[DSC] Add a Strings table to the shared cache triage view#8277
Conversation
The table displays strings from every image in the shared cache. Double-clicking on a string loads its corresponding image or region and navigates to it. The entire shared cache is scanned asynchronously on the worker pool to discover strings when the Strings tab is first selected. Table filtering and sorting is performed on background threads due to the sheer amount of data this table contains (over 15 millions of rows). Data is discarded shortly after the strings table is hidden.
This gives it asynchronous loading, filtering, and sorting, along with lazy loading and releasing the table data after the view is hidden.
fuzyll
left a comment
There was a problem hiding this comment.
Lots of questions and a few potential bugs. Ironically, the two things I am most concerned about aren't even in these code changes and are just things I saw when scrolling around and reading. 🙃
Good work regardless, thanks for taking this on. 🙂
| size_t comparisons = 0; | ||
| try | ||
| { | ||
| std::sort(display.begin() + chunk.first, display.begin() + chunk.second, guarded(comparisons)); |
There was a problem hiding this comment.
Would it be possible to have non-deterministic ordering here? If I'm following this correctly, results will arrive in the order in which workers complete. Since there's no tie-break on address/length/something else, wouldn't this have ties ordered by worker completion?

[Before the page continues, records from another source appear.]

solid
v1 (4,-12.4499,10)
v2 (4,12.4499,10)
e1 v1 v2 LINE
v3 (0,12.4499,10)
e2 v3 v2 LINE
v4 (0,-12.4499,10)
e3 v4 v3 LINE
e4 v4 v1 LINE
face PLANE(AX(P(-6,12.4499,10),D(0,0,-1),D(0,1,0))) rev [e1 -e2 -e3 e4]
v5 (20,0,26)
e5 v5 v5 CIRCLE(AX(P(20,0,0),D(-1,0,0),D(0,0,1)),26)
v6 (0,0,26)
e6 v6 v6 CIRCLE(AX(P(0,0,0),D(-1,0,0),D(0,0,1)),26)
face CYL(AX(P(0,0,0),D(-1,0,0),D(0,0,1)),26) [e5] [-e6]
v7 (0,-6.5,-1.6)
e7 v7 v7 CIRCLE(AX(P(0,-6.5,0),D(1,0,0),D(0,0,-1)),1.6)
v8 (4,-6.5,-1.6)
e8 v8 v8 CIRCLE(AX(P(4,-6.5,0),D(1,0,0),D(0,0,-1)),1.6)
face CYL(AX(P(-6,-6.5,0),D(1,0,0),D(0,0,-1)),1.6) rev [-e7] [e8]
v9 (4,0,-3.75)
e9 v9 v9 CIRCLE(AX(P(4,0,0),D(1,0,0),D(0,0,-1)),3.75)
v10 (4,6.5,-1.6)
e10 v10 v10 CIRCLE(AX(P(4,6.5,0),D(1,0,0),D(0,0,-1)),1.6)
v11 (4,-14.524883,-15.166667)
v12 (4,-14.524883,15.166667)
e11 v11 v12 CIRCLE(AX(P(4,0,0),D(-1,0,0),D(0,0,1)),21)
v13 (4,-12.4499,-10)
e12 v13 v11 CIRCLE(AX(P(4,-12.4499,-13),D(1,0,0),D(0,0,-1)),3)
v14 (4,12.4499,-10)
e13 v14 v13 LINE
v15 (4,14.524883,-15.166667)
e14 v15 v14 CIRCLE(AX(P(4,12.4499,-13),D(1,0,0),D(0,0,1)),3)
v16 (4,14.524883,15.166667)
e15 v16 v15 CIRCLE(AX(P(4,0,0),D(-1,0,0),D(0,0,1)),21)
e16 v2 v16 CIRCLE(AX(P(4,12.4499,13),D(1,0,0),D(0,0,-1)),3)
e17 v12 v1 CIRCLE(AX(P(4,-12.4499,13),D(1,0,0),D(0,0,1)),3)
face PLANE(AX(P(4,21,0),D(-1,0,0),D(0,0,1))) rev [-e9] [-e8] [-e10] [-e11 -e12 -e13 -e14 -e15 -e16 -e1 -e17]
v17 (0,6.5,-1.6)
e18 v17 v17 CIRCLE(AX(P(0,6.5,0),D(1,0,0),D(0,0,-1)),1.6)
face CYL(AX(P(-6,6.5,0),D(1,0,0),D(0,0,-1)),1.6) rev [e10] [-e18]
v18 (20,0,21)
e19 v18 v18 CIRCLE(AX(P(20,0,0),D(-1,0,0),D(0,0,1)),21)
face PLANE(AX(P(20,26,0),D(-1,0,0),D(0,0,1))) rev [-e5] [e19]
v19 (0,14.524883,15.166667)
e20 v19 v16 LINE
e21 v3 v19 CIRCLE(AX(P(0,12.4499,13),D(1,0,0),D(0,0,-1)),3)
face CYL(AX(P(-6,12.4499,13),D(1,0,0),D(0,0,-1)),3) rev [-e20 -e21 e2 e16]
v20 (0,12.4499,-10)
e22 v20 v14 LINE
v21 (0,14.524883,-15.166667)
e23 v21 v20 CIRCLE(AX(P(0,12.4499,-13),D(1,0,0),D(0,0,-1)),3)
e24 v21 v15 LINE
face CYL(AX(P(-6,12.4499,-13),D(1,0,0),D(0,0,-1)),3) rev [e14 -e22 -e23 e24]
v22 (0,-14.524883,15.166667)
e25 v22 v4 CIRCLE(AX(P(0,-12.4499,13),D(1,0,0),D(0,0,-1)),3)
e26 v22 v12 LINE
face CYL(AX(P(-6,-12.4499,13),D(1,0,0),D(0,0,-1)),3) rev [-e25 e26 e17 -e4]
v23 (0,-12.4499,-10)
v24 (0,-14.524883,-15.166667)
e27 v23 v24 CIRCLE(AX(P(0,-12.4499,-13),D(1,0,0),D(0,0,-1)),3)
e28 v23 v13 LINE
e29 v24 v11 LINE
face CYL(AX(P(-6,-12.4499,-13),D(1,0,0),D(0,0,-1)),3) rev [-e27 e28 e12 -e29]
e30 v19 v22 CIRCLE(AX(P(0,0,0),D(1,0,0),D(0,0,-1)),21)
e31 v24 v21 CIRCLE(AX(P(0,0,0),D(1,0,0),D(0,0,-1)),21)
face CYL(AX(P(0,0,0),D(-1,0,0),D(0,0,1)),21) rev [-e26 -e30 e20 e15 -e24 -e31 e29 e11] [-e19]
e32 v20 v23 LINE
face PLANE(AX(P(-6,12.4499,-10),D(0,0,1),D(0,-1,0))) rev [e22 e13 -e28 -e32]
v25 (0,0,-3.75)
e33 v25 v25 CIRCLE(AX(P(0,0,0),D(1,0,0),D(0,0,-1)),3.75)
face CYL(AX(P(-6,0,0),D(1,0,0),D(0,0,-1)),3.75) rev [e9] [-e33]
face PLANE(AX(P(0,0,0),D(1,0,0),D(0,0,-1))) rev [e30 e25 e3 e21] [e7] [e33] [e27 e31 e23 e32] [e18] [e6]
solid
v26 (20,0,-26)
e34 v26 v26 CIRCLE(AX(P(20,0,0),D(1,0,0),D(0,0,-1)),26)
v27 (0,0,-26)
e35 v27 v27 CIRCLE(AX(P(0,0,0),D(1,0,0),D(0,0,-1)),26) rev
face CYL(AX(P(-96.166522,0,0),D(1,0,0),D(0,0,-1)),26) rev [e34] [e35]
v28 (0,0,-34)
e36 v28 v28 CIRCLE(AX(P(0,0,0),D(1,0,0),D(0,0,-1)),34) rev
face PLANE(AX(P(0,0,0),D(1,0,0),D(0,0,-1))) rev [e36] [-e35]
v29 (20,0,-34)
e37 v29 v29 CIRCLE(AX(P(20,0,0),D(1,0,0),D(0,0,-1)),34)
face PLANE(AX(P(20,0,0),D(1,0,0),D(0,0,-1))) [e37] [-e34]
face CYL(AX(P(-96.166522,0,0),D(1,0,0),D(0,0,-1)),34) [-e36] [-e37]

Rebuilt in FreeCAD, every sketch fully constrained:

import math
import FreeCAD as App
import Part
import Sketcher

V = App.Vector
Q = App.Units.Quantity

doc = App.newDocument("Part")
params = doc.addObject("Spreadsheet::Sheet", "Params")
for row, (alias, value) in enumerate([
    ("sketch1_width", "4 mm"),
    ("sketch1_width2", "16 mm"),
    ("sketch1_height", "26 mm"),
    ("sketch1_height2", "21 mm"),
    ("revolution_angle", "360 deg"),
    ("sketch2_radius", "3 mm"),
    ("sketch2_radius2", "21 mm"),
    ("sketch2_diameter", "7.5 mm"),
    ("sketch2_diameter2", "3.2 mm"),
    ("pocket1_length", "10 mm"),
    ("sketch3_diameter", "68 mm"),
    ("sketch3_diameter2", "52 mm"),
    ("pad1_length", "20 mm"),
], start=1):
    params.set(f"A{row}", alias)
    params.set(f"B{row}", "=" + value)
    params.setAlias(f"B{row}", alias)

body = doc.addObject("PartDesign::Body", "Body")

sketch1 = doc.addObject("Sketcher::SketchObject", "Sketch")
body.addObject(sketch1)
sketch1.AttachmentSupport = (doc.XY_Plane, [""])
sketch1.MapMode = "FlatFace"
sketch1.addGeometry(Part.LineSegment(V(0, 26, 0), V(0, 0, 0)), False)
sketch1.addGeometry(Part.LineSegment(V(0, 0, 0), V(4, 0, 0)), False)
sketch1.addGeometry(Part.LineSegment(V(4, 0, 0), V(4, 21, 0)), False)
sketch1.addGeometry(Part.LineSegment(V(4, 21, 0), V(20, 21, 0)), False)
sketch1.addGeometry(Part.LineSegment(V(20, 21, 0), V(20, 26, 0)), False)
sketch1.addGeometry(Part.LineSegment(V(20, 26, 0), V(0, 26, 0)), False)
sketch1.addConstraint(Sketcher.Constraint("Coincident", 0, 2, 1, 1))
sketch1.addConstraint(Sketcher.Constraint("Coincident", 1, 2, 2, 1))
sketch1.addConstraint(Sketcher.Constraint("Coincident", 2, 2, 3, 1))
sketch1.addConstraint(Sketcher.Constraint("Coincident", 3, 2, 4, 1))
sketch1.addConstraint(Sketcher.Constraint("Coincident", 4, 2, 5, 1))
sketch1.addConstraint(Sketcher.Constraint("Coincident", 5, 2, 0, 1))
sketch1.addConstraint(Sketcher.Constraint("Vertical", 0))
sketch1.addConstraint(Sketcher.Constraint("Horizontal", 1))
sketch1.addConstraint(Sketcher.Constraint("Vertical", 2))
sketch1.addConstraint(Sketcher.Constraint("Horizontal", 3))
sketch1.addConstraint(Sketcher.Constraint("Vertical", 4))
sketch1.addConstraint(Sketcher.Constraint("Horizontal", 5))
sketch1.addConstraint(Sketcher.Constraint("Coincident", 0, 2, -1, 1))
sketch1.addConstraint(Sketcher.Constraint("DistanceX", 1, 1, 1, 2, Q("4 mm")))
sketch1.addConstraint(Sketcher.Constraint("DistanceX", 3, 1, 3, 2, Q("16 mm")))
sketch1.addConstraint(Sketcher.Constraint("DistanceY", 0, 2, 0, 1, Q("26 mm")))
sketch1.addConstraint(Sketcher.Constraint("DistanceY", 2, 1, 2, 2, Q("21 mm")))
sketch1.setExpression("Constraints[13]", "Params.sketch1_width")
sketch1.setExpression("Constraints[14]", "Params.sketch1_width2")
sketch1.setExpression("Constraints[15]", "Params.sketch1_height")
sketch1.setExpression("Constraints[16]", "Params.sketch1_height2")
revolution = doc.addObject("PartDesign::Revolution", "Revolution")
body.addObject(revolution)
revolution.Profile = sketch1
revolution.ReferenceAxis = (sketch1, ["H_Axis"])
revolution.setExpression("Angle", "Params.revolution_angle")

sketch2 = doc.addObject("Sketcher::SketchObject", "Sketch001")
body.addObject(sketch2)
sketch2.AttachmentSupport = (doc.YZ_Plane, [""])
sketch2.MapMode = "FlatFace"
sketch2.AttachmentOffset = App.Placement(V(0, 0, 4), App.Rotation())
sketch2.addGeometry(Part.Circle(V(0, 0, 0), V(0, 0, 1), 3.8), False)
sketch2.addGeometry(Part.Circle(V(6.5, 0, 0), V(0, 0, 1), 1.6), False)
sketch2.addGeometry(Part.Circle(V(-6.5, 0, 0), V(0, 0, 1), 1.6), False)
sketch2.addGeometry(Part.LineSegment(V(-12.4, 10, 0), V(12.4, 10, 0)), False)
sketch2.addGeometry(Part.ArcOfCircle(Part.Circle(V(12.4, 13, 0), V(0, 0, 1), 3), math.radians(-90), math.radians(46)), False)
sketch2.addGeometry(Part.ArcOfCircle(Part.Circle(V(0, 0, 0), V(0, 0, 1), 21), math.radians(46), math.radians(134)), False)
sketch2.addGeometry(Part.ArcOfCircle(Part.Circle(V(-12.4, 13, 0), V(0, 0, 1), 3), math.radians(134), math.radians(270)), False)
sketch2.addGeometry(Part.LineSegment(V(12.4, -10, 0), V(-12.4, -10, 0)), False)
sketch2.addGeometry(Part.ArcOfCircle(Part.Circle(V(-12.4, -13, 0), V(0, 0, 1), 3), math.radians(90), math.radians(226)), False)
sketch2.addGeometry(Part.ArcOfCircle(Part.Circle(V(0, 0, 0), V(0, 0, 1), 21), math.radians(-134), math.radians(-46)), False)
sketch2.addGeometry(Part.ArcOfCircle(Part.Circle(V(12.4, -13, 0), V(0, 0, 1), 3), math.radians(-46), math.radians(90)), False)
sketch2.addConstraint(Sketcher.Constraint("Tangent", 3, 2, 4, 1))
sketch2.addConstraint(Sketcher.Constraint("Tangent", 4, 2, 5, 1))
sketch2.addConstraint(Sketcher.Constraint("Tangent", 5, 2, 6, 1))
sketch2.addConstraint(Sketcher.Constraint("Tangent", 6, 2, 3, 1))
sketch2.addConstraint(Sketcher.Constraint("Tangent", 7, 2, 8, 1))
sketch2.addConstraint(Sketcher.Constraint("Tangent", 8, 2, 9, 1))
sketch2.addConstraint(Sketcher.Constraint("Tangent", 9, 2, 10, 1))
sketch2.addConstraint(Sketcher.Constraint("Tangent", 10, 2, 7, 1))
sketch2.addConstraint(Sketcher.Constraint("Horizontal", 3))
sketch2.addConstraint(Sketcher.Constraint("Horizontal", 7))
sketch2.addConstraint(Sketcher.Constraint("Coincident", 0, 3, -1, 1))
sketch2.addConstraint(Sketcher.Constraint("Coincident", 5, 3, -1, 1))
sketch2.addConstraint(Sketcher.Constraint("Coincident", 9, 3, -1, 1))
sketch2.addConstraint(Sketcher.Constraint("Equal", 1, 2))
sketch2.addConstraint(Sketcher.Constraint("Equal", 4, 6))
sketch2.addConstraint(Sketcher.Constraint("Equal", 6, 8))
sketch2.addConstraint(Sketcher.Constraint("Equal", 5, 9))
sketch2.addConstraint(Sketcher.Constraint("Equal", 8, 10))
sketch2.addConstraint(Sketcher.Constraint("Symmetric", 1, 3, 2, 3, -1, 1))
sketch2.addConstraint(Sketcher.Constraint("PointOnObject", 1, 3, -1))
sketch2.addConstraint(Sketcher.Constraint("Vertical", 6, 3, 8, 3))
sketch2.addConstraint(Sketcher.Constraint("Radius", 4, Q("3 mm")))
sketch2.addConstraint(Sketcher.Constraint("Radius", 5, Q("21 mm")))
sketch2.addConstraint(Sketcher.Constraint("Diameter", 0, Q("7.5 mm")))
sketch2.addConstraint(Sketcher.Constraint("Diameter", 1, Q("3.2 mm")))
sketch2.addConstraint(Sketcher.Constraint("DistanceY", -1, 1, 4, 3, Q("13 mm")))
sketch2.addConstraint(Sketcher.Constraint("DistanceX", 2, 3, 1, 3, Q("13 mm")))
sketch2.setExpression("Constraints[21]", "Params.sketch2_radius")
sketch2.setExpression("Constraints[22]", "Params.sketch2_radius2")
sketch2.setExpression("Constraints[23]", "Params.sketch2_diameter")
sketch2.setExpression("Constraints[24]", "Params.sketch2_diameter2")
pocket1 = doc.addObject("PartDesign::Pocket", "Pocket")
body.addObject(pocket1)
pocket1.Profile = sketch2
pocket1.setExpression("Length", "Params.pocket1_length")
body2 = doc.addObject("PartDesign::Body", "Body001")

sketch3 = doc.addObject("Sketcher::SketchObject", "Sketch002")
body2.addObject(sketch3)
sketch3.AttachmentSupport = (doc.getObject("YZ_Plane001"), [""])
sketch3.MapMode = "FlatFace"
sketch3.AttachmentOffset = App.Placement(V(0, 0, 20), App.Rotation())
sketch3.addGeometry(Part.Circle(V(0, 0, 0), V(0, 0, 1), 34), False)
sketch3.addGeometry(Part.Circle(V(0, 0, 0), V(0, 0, 1), 26), False)
sketch3.addConstraint(Sketcher.Constraint("Coincident", 0, 3, -1, 1))
sketch3.addConstraint(Sketcher.Constraint("Coincident", 1, 3, -1, 1))
sketch3.addConstraint(Sketcher.Constraint("Diameter", 0, Q("68 mm")))
sketch3.addConstraint(Sketcher.Constraint("Diameter", 1, Q("52 mm")))
sketch3.setExpression("Constraints[2]", "Params.sketch3_diameter")
sketch3.setExpression("Constraints[3]", "Params.sketch3_diameter2")
pad1 = doc.addObject("PartDesign::Pad", "Pad")
body2.addObject(pad1)
pad1.Profile = sketch3
pad1.setExpression("Length", "Params.pad1_length")
pad1.Reversed = True

doc.recompute()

(Even if I'm right, I don't know how often this would occur, whether this would be noticeable, etc. Just an observation.)
There was a problem hiding this comment.
Yeah, it is possible to get non-deterministic results if the comparator doesn't break ties itself. And the comparators the two table models were using didn't do that.
I decided to address this by revamping how sorting works in TriageTableRowsModel. Rather than sorting by a single column, it tracks the columns that the user has sorted by and builds a comparator based on multiple columns. The address is always used as a tiebreaker. This gives the effect of using a stable sort when re-sorting by a different column. For example, if the user sorts by symbol name then re-sorts by image name, the rows will be ordered by image name and within each image they'll be sorted by symbol name. This seems strictly more useful than only ever sorting by a single column.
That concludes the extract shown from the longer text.